The problem. Send back exactly the lines from the opening line of the records below through the one with "Rectangle(F2_W, F2_H)".

Records from a collection.
──────

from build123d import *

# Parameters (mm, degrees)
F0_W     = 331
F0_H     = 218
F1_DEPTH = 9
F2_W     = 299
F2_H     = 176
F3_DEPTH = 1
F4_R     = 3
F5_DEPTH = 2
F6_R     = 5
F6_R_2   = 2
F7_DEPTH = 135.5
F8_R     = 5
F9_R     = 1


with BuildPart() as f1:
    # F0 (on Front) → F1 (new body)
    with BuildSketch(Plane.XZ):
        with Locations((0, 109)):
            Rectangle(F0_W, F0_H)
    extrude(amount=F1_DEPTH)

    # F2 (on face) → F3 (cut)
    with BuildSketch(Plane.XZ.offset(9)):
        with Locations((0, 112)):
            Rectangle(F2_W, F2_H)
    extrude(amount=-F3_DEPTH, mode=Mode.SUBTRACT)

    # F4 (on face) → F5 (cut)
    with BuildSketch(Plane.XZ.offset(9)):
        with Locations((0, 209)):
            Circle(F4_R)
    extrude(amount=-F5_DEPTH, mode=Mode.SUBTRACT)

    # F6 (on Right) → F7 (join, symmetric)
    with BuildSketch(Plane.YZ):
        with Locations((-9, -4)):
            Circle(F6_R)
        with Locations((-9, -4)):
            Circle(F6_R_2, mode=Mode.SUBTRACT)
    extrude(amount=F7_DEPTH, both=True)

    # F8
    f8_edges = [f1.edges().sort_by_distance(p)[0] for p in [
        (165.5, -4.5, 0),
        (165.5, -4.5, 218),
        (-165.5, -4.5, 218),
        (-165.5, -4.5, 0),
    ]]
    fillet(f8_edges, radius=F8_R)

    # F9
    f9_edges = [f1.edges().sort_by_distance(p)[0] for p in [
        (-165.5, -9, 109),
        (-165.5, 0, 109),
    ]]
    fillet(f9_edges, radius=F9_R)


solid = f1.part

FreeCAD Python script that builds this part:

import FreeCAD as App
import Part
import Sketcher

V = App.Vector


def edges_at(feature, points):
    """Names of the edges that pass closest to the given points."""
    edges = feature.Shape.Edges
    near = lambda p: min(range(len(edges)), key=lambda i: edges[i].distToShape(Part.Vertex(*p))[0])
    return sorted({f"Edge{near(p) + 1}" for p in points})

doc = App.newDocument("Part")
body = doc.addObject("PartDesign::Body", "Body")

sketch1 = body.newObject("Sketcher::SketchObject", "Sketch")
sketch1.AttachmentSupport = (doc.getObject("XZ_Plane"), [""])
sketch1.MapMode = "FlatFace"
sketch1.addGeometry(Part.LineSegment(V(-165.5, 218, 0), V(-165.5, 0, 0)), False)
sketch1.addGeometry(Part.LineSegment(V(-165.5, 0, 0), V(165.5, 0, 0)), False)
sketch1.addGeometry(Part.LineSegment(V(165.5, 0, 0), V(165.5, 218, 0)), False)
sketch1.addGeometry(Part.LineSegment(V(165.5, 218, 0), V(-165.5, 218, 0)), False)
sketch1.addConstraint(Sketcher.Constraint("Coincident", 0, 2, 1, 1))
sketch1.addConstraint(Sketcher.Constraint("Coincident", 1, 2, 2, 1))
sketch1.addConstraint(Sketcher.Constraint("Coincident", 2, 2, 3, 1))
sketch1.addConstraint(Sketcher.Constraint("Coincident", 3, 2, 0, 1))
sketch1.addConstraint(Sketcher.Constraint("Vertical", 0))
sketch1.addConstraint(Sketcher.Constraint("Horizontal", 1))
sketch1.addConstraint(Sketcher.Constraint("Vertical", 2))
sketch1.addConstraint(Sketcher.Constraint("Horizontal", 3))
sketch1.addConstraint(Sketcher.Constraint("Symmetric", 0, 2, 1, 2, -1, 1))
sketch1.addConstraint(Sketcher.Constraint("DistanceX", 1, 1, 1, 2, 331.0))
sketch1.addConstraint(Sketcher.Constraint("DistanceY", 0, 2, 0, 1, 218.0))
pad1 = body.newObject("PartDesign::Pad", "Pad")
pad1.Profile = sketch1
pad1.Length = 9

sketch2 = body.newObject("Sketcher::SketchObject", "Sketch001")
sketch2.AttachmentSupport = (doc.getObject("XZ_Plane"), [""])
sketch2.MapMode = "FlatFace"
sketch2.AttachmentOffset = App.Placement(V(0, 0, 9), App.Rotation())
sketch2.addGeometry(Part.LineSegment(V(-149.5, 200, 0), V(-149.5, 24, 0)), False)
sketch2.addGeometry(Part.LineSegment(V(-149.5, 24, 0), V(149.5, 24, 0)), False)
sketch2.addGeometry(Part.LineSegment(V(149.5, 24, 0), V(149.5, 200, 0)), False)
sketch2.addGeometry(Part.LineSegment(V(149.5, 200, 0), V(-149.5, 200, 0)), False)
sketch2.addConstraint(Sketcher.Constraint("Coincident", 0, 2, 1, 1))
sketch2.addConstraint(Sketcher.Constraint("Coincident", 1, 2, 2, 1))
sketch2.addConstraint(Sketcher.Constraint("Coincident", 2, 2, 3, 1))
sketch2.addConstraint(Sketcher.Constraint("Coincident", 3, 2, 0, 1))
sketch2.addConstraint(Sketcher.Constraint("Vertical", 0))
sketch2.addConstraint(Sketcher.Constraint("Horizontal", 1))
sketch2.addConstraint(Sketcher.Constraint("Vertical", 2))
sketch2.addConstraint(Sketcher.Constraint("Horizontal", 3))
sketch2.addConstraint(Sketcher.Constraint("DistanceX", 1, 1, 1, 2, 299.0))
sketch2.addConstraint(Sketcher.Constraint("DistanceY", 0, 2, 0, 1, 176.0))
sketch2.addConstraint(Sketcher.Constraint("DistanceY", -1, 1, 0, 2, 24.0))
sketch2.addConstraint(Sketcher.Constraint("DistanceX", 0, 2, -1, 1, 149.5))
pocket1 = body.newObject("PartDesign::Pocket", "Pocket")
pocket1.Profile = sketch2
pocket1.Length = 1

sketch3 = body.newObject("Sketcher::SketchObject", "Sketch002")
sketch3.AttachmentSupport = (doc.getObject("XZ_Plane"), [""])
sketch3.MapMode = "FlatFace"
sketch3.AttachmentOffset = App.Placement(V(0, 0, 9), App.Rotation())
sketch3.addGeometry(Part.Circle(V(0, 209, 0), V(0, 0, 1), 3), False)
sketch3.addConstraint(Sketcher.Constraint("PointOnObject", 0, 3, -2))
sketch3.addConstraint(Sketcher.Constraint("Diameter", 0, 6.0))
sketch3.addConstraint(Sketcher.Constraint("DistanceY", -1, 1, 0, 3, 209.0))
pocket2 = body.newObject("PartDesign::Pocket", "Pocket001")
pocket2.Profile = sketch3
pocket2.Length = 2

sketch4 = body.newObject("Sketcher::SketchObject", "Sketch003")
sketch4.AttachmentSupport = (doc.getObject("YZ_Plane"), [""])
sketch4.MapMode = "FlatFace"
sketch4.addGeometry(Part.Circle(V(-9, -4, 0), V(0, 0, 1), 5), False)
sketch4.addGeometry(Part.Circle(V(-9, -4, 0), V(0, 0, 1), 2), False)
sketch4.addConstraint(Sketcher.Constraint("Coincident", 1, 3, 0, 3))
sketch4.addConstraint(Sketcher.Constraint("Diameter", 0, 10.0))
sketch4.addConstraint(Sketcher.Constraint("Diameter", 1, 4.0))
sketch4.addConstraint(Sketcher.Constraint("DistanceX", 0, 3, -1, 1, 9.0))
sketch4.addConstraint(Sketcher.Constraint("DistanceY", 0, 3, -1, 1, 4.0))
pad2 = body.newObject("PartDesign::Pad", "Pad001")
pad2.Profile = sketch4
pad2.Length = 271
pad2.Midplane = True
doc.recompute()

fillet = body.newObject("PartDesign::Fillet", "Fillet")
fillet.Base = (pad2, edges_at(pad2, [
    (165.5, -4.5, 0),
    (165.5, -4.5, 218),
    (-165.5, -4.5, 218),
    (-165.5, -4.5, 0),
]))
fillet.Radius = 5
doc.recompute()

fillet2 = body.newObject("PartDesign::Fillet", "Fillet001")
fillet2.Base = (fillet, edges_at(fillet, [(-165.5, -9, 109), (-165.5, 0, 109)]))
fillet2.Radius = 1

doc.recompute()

──────

Response area.
from build123d import *

# Parameters (mm, degrees)
F0_W     = 331
F0_H     = 218
F1_DEPTH = 9
F2_W     = 299
F2_H     = 176
F3_DEPTH = 1
F4_R     = 3
F5_DEPTH = 2
F6_R     = 5
F6_R_2   = 2
F7_DEPTH = 135.5
F8_R     = 5
F9_R     = 1


with BuildPart() as f1:
    # F0 (on Front) → F1 (new body)
    with BuildSketch(Plane.XZ):
        with Locations((0, 109)):
            Rectangle(F0_W, F0_H)
    extrude(amount=F1_DEPTH)

    # F2 (on face) → F3 (cut)
    with BuildSketch(Plane.XZ.offset(9)):
        with Locations((0, 112)):
            Rectangle(F2_W, F2_H)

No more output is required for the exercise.